JO: one of the issues is that farmers have to have a tax ID or business designation. With the COVID money out there, a lot of people weren’t able to get those resources. People don’t have an LLC or a business to qualify for loans that would save their operations. We really need to wrap our minds around how to get those resources directly to the individuals who produce and provide services. We need to talk to schools to see where they get their produce. Looking at the schools now, lots of their stuff is not nutrient dense and has lots of poor outcomes. Local farmers have to compete with multinational corporations. Since joining the US, northern NM has lost more than most other parts of the US. What can we do at the local level to maintain that tradition of growing food and keeping it within NM? Over 60% of the food that we grow is sent out. Over 90% of our food comes from other states. We can’t be as reliant on other markets for our food.

 

YD: One of the issues that we’ve had is shifting to online and remote services. Can’t do education in person, have to make sure that we’re able to reach people in areas without internet access. Doing work with children, isolation has increased feelings of depression. Some communities have tried to do support groups. Weekly youth groups are meeting virtually. “Distant, but not Detached,” how do we build virtual communities. Sexual and reproductive health line has been busy; how do I connect to resources/talk to other people?

 

DB: Son has missed the interactivity with friends his age. Lots of the community centers have closed down, gyms and areas that allow for physical activity have been disrupted. Young adults with disabilities have had more difficulty controlling their reflexes.

 

YD: Some of the students that we’ve been working with have lost opportunities to go skiing and do Tae-kwon-do. That’s been a barrier, all we’re doing now is meeting online for classes.

 

JM: What have you heard about vaccines being made available to people in your community? Is there any news or a definitive plan to get those out to your community?

 

JO: Know some people who have gotten the vaccine, but with larger households, it’s tough to know if they are bringing it back to their unvaccinated family members?

 

DB: There’s not enough information out yet about how this vaccine affects disabled people; we need to know those impacts so that we can reassure parents. If it’s been tested the information hasn’t been distributed yet. The other part of the question is how do we get the Department of Health more navigable? The website is tough to get registered. Seeing your place in line is disheartening - when you see that you’re 100,000th in line, it doesn’t give a lot of hope. Lots of the physicians here now aren’t from the area - it’s tough to get that connection and cultural competence. 

 

BW: One of the members of the disability council is on our board, we’ll get in touch with them to get more information about disability and the vaccine.

 

DB: One of the things that we need now is understanding - it’s tough to shift from bulk to individual growing and selling. If we could make a request, it would be good for policy advocates to make sure that the legislators know the difference between the realities of policy and the policy on paper. We need more pathways to access relief.

 

JO: Farmers now have had to take on a lot more responsibility. Can we work with food banks to get more information on what the community needs? Is there anything we can do to work with community members to provide skills to navigate those pathways?
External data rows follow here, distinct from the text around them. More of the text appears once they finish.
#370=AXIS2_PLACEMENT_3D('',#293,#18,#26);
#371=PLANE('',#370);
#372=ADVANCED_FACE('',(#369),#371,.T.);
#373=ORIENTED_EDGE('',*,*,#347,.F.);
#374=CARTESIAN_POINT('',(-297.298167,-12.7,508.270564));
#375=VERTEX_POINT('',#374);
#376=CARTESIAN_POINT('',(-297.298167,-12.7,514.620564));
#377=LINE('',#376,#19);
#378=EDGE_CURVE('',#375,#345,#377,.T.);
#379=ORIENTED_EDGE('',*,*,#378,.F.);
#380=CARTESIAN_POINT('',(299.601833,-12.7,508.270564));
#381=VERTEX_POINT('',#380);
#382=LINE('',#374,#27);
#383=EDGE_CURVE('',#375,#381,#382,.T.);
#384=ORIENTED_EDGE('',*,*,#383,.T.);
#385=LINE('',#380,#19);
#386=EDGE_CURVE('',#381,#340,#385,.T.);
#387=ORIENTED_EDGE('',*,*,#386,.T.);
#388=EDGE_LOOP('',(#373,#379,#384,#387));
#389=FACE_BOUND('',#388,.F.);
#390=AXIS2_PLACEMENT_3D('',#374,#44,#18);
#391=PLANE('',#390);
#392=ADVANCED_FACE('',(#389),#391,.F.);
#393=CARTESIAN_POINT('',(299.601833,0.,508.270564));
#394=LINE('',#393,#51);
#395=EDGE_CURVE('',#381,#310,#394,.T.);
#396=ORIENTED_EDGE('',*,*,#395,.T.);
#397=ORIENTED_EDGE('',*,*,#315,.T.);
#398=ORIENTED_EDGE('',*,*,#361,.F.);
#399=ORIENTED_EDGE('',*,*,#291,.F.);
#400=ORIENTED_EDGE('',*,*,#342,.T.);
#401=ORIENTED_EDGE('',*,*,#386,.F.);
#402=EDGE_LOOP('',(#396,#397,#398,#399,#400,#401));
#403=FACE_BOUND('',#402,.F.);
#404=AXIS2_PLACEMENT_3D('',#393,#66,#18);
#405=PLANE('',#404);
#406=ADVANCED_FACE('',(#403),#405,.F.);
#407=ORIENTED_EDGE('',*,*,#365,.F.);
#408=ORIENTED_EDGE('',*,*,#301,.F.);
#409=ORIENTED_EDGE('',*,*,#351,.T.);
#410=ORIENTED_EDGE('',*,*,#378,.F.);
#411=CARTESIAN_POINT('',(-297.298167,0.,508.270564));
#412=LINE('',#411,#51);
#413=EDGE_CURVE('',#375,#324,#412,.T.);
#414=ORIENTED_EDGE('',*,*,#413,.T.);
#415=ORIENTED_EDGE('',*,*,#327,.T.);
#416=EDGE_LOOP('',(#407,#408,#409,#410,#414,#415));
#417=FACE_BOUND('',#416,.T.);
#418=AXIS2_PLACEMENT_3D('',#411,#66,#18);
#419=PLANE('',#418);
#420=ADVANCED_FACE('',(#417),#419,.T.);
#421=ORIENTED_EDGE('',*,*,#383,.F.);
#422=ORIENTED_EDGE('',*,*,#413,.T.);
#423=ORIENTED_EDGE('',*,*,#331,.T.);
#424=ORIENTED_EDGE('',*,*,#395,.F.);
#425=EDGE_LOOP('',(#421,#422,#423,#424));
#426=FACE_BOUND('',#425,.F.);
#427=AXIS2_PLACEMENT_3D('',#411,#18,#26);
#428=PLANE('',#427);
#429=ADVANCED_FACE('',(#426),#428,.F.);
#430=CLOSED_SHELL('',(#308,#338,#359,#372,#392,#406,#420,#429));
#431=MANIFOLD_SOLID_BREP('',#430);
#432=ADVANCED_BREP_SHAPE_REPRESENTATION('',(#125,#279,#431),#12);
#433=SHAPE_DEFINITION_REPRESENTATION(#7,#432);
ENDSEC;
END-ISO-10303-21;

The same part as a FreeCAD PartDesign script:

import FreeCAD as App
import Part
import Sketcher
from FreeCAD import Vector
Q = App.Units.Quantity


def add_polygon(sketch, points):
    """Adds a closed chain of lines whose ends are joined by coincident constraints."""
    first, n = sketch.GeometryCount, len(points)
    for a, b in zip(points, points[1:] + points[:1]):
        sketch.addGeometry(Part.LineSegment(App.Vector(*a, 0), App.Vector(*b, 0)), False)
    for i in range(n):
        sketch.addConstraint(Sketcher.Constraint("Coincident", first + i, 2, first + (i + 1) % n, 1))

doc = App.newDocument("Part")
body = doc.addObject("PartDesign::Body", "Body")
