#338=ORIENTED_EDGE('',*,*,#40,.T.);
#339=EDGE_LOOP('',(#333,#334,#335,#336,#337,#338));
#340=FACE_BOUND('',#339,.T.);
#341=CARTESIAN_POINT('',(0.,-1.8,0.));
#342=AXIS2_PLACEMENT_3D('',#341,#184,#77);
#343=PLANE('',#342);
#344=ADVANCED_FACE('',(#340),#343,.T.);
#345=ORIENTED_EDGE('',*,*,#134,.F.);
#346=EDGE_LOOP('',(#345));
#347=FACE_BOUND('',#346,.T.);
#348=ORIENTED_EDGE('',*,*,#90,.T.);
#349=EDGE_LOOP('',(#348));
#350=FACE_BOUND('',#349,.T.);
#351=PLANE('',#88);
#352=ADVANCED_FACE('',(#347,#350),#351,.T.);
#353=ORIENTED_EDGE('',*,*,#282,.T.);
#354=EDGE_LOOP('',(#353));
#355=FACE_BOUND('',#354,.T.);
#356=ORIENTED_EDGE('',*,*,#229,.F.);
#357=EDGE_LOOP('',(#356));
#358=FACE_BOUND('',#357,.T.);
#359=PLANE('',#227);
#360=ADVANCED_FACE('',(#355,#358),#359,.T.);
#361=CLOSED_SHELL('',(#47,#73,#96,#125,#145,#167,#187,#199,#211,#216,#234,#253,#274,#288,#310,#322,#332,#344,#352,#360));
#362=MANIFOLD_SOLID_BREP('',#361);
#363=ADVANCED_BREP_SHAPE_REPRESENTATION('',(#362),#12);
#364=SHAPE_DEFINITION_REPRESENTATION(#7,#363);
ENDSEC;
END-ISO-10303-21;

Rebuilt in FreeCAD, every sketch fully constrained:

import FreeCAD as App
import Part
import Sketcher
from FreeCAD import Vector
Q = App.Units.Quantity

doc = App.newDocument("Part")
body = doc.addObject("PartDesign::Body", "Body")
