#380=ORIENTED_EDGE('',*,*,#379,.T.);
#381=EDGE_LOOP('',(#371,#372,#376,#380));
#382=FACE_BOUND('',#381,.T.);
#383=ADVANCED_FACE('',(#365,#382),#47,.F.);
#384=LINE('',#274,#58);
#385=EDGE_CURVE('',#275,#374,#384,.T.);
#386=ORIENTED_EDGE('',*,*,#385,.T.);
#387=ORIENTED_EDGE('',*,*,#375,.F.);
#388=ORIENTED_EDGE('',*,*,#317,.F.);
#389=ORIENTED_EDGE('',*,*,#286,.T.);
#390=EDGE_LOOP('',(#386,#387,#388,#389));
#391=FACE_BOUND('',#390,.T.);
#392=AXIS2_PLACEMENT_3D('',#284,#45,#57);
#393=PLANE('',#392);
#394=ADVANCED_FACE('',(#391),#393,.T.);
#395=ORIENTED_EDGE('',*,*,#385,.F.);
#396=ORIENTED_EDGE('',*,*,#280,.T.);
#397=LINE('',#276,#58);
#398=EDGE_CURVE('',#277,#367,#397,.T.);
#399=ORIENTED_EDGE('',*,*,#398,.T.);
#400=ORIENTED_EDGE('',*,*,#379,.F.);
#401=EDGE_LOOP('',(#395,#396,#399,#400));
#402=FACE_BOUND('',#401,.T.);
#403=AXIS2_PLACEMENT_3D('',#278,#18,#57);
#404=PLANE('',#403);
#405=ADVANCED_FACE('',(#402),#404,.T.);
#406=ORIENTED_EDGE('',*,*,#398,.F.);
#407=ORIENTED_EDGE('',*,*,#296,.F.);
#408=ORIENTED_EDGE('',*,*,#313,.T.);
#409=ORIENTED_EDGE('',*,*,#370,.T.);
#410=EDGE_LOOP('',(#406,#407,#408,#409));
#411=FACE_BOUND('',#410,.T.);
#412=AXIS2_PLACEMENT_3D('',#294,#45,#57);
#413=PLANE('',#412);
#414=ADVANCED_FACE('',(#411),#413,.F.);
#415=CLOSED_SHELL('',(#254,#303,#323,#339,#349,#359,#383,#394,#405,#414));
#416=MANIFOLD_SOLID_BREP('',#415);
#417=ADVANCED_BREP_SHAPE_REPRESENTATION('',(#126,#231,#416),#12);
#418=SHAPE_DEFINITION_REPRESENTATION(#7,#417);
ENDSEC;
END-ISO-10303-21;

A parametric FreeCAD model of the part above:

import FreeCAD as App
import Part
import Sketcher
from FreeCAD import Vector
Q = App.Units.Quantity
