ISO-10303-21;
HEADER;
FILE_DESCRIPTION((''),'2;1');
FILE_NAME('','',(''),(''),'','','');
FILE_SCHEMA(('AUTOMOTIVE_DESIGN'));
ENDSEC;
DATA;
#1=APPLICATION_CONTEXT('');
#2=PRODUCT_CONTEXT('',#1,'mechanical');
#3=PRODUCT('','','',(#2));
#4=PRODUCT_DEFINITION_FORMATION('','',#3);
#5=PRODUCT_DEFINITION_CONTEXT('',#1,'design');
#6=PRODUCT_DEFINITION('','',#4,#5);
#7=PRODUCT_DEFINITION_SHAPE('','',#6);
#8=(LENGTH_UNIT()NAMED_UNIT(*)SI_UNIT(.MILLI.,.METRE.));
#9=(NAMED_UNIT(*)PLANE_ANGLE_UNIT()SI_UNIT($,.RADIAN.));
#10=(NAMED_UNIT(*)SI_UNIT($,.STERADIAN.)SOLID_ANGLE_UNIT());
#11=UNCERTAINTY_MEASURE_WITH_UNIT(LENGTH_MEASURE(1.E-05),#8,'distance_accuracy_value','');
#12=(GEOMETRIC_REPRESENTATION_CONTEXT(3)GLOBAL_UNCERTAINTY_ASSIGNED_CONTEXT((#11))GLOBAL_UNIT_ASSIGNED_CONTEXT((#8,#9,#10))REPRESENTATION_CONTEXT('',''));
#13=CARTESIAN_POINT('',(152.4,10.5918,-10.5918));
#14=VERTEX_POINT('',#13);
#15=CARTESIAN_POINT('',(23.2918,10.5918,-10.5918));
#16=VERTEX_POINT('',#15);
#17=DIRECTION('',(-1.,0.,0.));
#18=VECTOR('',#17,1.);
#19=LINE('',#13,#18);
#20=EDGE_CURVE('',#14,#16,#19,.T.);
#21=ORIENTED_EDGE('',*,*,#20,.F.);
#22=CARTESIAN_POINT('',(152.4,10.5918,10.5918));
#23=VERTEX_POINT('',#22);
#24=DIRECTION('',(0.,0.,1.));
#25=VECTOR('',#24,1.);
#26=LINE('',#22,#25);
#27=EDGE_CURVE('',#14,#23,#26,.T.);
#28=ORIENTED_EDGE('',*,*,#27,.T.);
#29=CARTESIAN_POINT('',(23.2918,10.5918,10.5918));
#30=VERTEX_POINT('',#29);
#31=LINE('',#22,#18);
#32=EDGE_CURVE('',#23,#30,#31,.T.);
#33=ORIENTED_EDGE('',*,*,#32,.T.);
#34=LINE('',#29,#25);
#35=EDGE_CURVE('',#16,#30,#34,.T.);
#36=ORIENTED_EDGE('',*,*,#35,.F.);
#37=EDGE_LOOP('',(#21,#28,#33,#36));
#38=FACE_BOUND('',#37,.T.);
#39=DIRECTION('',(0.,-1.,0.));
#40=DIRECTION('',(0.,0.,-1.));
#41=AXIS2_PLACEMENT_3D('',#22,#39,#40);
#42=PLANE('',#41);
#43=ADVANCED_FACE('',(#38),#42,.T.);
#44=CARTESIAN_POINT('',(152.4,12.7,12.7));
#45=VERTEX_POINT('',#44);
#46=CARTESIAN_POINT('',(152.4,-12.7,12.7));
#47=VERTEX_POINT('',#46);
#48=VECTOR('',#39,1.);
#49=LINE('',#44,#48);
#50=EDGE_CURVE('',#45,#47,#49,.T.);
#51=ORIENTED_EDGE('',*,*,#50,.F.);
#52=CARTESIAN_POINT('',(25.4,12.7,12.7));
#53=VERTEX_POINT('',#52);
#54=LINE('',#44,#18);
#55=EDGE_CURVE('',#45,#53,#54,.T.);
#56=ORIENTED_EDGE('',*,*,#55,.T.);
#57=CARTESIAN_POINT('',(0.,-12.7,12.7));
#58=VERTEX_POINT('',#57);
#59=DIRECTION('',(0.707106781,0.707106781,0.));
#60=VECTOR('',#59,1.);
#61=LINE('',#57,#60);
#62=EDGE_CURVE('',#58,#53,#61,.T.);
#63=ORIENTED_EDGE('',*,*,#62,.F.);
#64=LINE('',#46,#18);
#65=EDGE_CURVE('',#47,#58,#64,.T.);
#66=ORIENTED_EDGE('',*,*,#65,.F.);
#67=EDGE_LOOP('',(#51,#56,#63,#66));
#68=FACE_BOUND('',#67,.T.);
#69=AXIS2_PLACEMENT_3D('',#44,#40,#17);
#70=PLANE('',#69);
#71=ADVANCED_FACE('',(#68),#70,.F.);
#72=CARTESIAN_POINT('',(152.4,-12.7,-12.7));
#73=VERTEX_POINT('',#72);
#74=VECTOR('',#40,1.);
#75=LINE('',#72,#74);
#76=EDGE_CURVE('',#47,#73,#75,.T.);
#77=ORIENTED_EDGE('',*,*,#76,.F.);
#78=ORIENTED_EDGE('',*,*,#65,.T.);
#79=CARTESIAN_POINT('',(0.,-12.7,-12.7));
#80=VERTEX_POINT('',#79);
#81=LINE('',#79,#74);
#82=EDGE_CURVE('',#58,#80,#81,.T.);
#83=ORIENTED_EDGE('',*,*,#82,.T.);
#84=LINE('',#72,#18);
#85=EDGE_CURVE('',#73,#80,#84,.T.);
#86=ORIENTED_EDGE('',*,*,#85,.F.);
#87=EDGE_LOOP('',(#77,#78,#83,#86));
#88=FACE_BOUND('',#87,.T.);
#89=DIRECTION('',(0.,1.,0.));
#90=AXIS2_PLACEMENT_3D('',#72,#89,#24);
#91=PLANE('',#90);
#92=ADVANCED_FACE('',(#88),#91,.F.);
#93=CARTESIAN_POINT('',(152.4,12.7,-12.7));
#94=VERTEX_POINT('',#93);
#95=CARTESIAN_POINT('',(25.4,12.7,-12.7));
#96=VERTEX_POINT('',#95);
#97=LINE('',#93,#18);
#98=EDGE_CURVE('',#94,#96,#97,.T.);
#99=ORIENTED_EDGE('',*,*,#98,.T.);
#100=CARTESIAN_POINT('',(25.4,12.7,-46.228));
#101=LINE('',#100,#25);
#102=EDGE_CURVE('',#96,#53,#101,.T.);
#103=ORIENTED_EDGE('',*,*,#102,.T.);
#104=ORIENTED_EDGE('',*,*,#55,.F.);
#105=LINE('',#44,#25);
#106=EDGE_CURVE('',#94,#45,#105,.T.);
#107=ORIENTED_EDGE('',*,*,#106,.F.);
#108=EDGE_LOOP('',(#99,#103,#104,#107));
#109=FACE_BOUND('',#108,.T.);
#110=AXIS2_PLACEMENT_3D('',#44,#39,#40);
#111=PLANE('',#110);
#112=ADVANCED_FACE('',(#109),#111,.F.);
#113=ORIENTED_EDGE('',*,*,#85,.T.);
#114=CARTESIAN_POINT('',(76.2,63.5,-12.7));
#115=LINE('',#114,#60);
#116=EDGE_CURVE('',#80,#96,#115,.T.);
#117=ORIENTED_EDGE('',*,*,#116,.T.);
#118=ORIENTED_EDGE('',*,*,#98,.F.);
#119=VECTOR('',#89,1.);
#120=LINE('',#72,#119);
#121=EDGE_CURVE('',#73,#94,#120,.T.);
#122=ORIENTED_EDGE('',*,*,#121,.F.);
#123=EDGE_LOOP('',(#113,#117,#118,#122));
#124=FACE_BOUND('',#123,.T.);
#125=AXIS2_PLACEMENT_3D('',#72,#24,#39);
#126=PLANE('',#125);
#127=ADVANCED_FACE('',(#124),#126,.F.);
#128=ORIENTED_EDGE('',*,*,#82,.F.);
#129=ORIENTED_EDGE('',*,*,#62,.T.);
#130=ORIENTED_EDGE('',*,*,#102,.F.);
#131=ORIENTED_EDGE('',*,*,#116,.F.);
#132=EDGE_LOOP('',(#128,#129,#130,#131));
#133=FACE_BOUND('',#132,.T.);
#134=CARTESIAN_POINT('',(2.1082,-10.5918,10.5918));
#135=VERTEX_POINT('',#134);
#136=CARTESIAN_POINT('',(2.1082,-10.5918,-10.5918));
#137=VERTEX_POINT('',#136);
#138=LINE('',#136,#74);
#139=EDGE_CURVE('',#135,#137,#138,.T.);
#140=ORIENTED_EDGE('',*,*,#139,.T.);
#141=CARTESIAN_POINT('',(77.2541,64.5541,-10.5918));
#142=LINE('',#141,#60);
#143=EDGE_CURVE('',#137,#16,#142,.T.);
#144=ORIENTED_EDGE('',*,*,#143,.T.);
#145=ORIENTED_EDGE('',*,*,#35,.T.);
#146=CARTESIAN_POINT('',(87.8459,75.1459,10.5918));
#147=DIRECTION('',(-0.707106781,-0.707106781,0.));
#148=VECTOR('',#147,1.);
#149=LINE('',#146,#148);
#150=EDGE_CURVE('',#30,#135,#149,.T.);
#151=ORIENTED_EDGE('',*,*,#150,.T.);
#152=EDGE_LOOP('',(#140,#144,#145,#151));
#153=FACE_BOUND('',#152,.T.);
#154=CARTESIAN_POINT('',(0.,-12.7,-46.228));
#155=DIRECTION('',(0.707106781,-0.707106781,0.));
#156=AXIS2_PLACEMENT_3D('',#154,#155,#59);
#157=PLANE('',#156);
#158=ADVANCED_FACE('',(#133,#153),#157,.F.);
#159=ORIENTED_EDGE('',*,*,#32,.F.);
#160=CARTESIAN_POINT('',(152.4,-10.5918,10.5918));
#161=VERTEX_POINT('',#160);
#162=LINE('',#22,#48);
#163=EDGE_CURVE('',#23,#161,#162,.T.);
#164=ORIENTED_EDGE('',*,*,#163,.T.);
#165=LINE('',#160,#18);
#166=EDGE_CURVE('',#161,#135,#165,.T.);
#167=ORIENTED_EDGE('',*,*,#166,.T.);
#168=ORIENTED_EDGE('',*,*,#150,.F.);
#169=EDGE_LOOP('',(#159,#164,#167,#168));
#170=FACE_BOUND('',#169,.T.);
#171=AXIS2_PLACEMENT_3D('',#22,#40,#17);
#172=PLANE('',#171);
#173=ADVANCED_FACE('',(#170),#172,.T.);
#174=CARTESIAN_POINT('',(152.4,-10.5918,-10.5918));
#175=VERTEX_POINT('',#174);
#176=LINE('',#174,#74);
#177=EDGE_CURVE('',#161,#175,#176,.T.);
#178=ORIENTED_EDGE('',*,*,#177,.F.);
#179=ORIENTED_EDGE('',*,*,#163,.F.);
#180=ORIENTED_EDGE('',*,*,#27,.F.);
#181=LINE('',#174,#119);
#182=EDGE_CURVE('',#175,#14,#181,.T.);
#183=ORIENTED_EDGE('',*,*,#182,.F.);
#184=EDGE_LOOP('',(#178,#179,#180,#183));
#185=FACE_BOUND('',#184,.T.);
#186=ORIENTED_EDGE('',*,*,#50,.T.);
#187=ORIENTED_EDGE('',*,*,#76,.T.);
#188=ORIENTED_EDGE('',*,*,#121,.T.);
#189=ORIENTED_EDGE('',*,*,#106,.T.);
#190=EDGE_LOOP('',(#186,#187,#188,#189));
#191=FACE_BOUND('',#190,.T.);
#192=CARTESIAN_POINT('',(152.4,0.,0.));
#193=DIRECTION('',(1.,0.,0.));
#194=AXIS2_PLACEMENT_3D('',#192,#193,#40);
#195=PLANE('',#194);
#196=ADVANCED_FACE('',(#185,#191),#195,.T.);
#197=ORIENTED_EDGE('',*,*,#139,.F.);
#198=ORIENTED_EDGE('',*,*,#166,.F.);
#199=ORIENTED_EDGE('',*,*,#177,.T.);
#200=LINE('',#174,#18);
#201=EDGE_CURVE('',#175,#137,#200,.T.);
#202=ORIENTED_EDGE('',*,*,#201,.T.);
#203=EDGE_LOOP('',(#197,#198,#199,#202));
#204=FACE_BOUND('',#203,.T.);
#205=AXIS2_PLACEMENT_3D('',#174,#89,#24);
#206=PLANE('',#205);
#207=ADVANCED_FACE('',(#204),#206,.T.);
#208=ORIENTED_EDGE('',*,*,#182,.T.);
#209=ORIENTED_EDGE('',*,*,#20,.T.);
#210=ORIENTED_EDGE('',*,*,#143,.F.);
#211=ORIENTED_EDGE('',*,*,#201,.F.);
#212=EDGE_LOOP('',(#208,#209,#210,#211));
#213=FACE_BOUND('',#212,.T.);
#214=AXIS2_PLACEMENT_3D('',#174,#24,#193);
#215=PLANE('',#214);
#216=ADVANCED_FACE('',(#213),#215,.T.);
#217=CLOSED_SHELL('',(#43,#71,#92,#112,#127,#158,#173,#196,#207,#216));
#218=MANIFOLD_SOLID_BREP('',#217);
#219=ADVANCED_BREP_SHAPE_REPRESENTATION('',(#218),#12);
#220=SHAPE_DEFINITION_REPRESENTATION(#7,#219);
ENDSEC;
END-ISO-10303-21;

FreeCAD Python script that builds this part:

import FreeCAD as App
import Part
import Sketcher
Q = App.Units.Quantity


def add_polygon(sketch, points):
    """Adds a closed chain of lines whose ends are joined by coincident constraints."""
    first, n = sketch.GeometryCount, len(points)
    for a, b in zip(points, points[1:] + points[:1]):
        sketch.addGeometry(Part.LineSegment(App.Vector(*a, 0), App.Vector(*b, 0)), False)
    for i in range(n):
        sketch.addConstraint(Sketcher.Constraint("Coincident", first + i, 2, first + (i + 1) % n, 1))

doc = App.newDocument("Part")
params = doc.addObject("Spreadsheet::Sheet", "Params")
for row, (alias, value) in enumerate([
    ("sketch1_width", "1 in"),
    ("sketch1_width2", "0.834 in"),
    ("pad1_length", "6 in"),
    ("sketch2_width", "1 in"),
    ("pocket1_length", "2.32 in"),
], start=1):
    params.set(f"A{row}", alias)
    params.set(f"B{row}", "=" + value)
    params.setAlias(f"B{row}", alias)

body = doc.addObject("PartDesign::Body", "Body")

# Sketch on YZ plane
sketch1 = doc.addObject("Sketcher::SketchObject", "Sketch")
body.addObject(sketch1)
sketch1.AttachmentSupport = (doc.YZ_Plane, [""])
sketch1.MapMode = "FlatFace"
add_polygon(sketch1, [(-13, 13), (-13, -13), (13, -13), (13, 13)])  # lines 0-3
add_polygon(sketch1, [(11, -11), (-11, -11), (-11, 11), (11, 11)])  # lines 4-7
sketch1.addConstraint([
    Sketcher.Constraint("Vertical", 0),
    Sketcher.Constraint("Horizontal", 1),
    Sketcher.Constraint("Vertical", 2),
    Sketcher.Constraint("Horizontal", 3),
    Sketcher.Constraint("Horizontal", 4),
    Sketcher.Constraint("Vertical", 5),
    Sketcher.Constraint("Horizontal", 6),
    Sketcher.Constraint("Vertical", 7),
    Sketcher.Constraint("Symmetric", 0, 2, 2, 2, -1, 1),
    Sketcher.Constraint("Symmetric", 4, 2, 6, 2, -1, 1),
    Sketcher.Constraint("Equal", 3, 0),
    Sketcher.Constraint("Equal", 6, 5),
    Sketcher.Constraint("DistanceX", 1, 1, 1, 2, Q("1 in")),
    Sketcher.Constraint("DistanceX", 4, 2, 4, 1, Q("0.834 in")),
])
sketch1.setExpression("Constraints[20]", "Params.sketch1_width")
sketch1.setExpression("Constraints[21]", "Params.sketch1_width2")
pad1 = doc.addObject("PartDesign::Pad", "Pad")
body.addObject(pad1)
pad1.Profile = sketch1
pad1.setExpression("Length", "Params.pad1_length")

# Sketch on XY plane
sketch2 = doc.addObject("Sketcher::SketchObject", "Sketch001")
body.addObject(sketch2)
sketch2.AttachmentSupport = (doc.XY_Plane, [""])
sketch2.MapMode = "FlatFace"
sketch2.AttachmentOffset = App.Placement(App.Vector(0, 0, 0.5 * 25.4), App.Rotation())
add_polygon(sketch2, [(0, -13), (25, 13), (0, 13)])  # lines 0-2
sketch2.addConstraint([
    Sketcher.Constraint("Horizontal", 1),
    Sketcher.Constraint("Vertical", 2),
    Sketcher.Constraint("Symmetric", 1, 2, 2, 2, -1, 1),
    Sketcher.Constraint("Equal", 1, 2),
    Sketcher.Constraint("DistanceX", 1, 2, 1, 1, Q("1 in")),
])
sketch2.setExpression("Constraints[7]", "Params.sketch2_width")
pocket1 = doc.addObject("PartDesign::Pocket", "Pocket")
body.addObject(pocket1)
pocket1.Profile = sketch2
pocket1.setExpression("Length", "Params.pocket1_length")

doc.recompute()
How do we get interns and newcomers to those support programs. People need help accessing medicaid, food stamps, dental care, etc. How do we engage co-ops to improve capacity and provide services? We need to get health navigators and coordinators directly serving grassroots communities. Farmers are navigating spaces outside of farming, but they can be equipped with better information and resources to help their communities.

 

JO: One of the things that we have to consider is the connection between health and food. When you’re able to know that the food produced in your area is fresh and safe and healthy, it does a lot to prevent some of those chronic conditions that we’ve been treating with medications.

 

YD: We can also use that as an intergenerational opportunity. When you build up that local leadership, you create sustainable growth in those communities.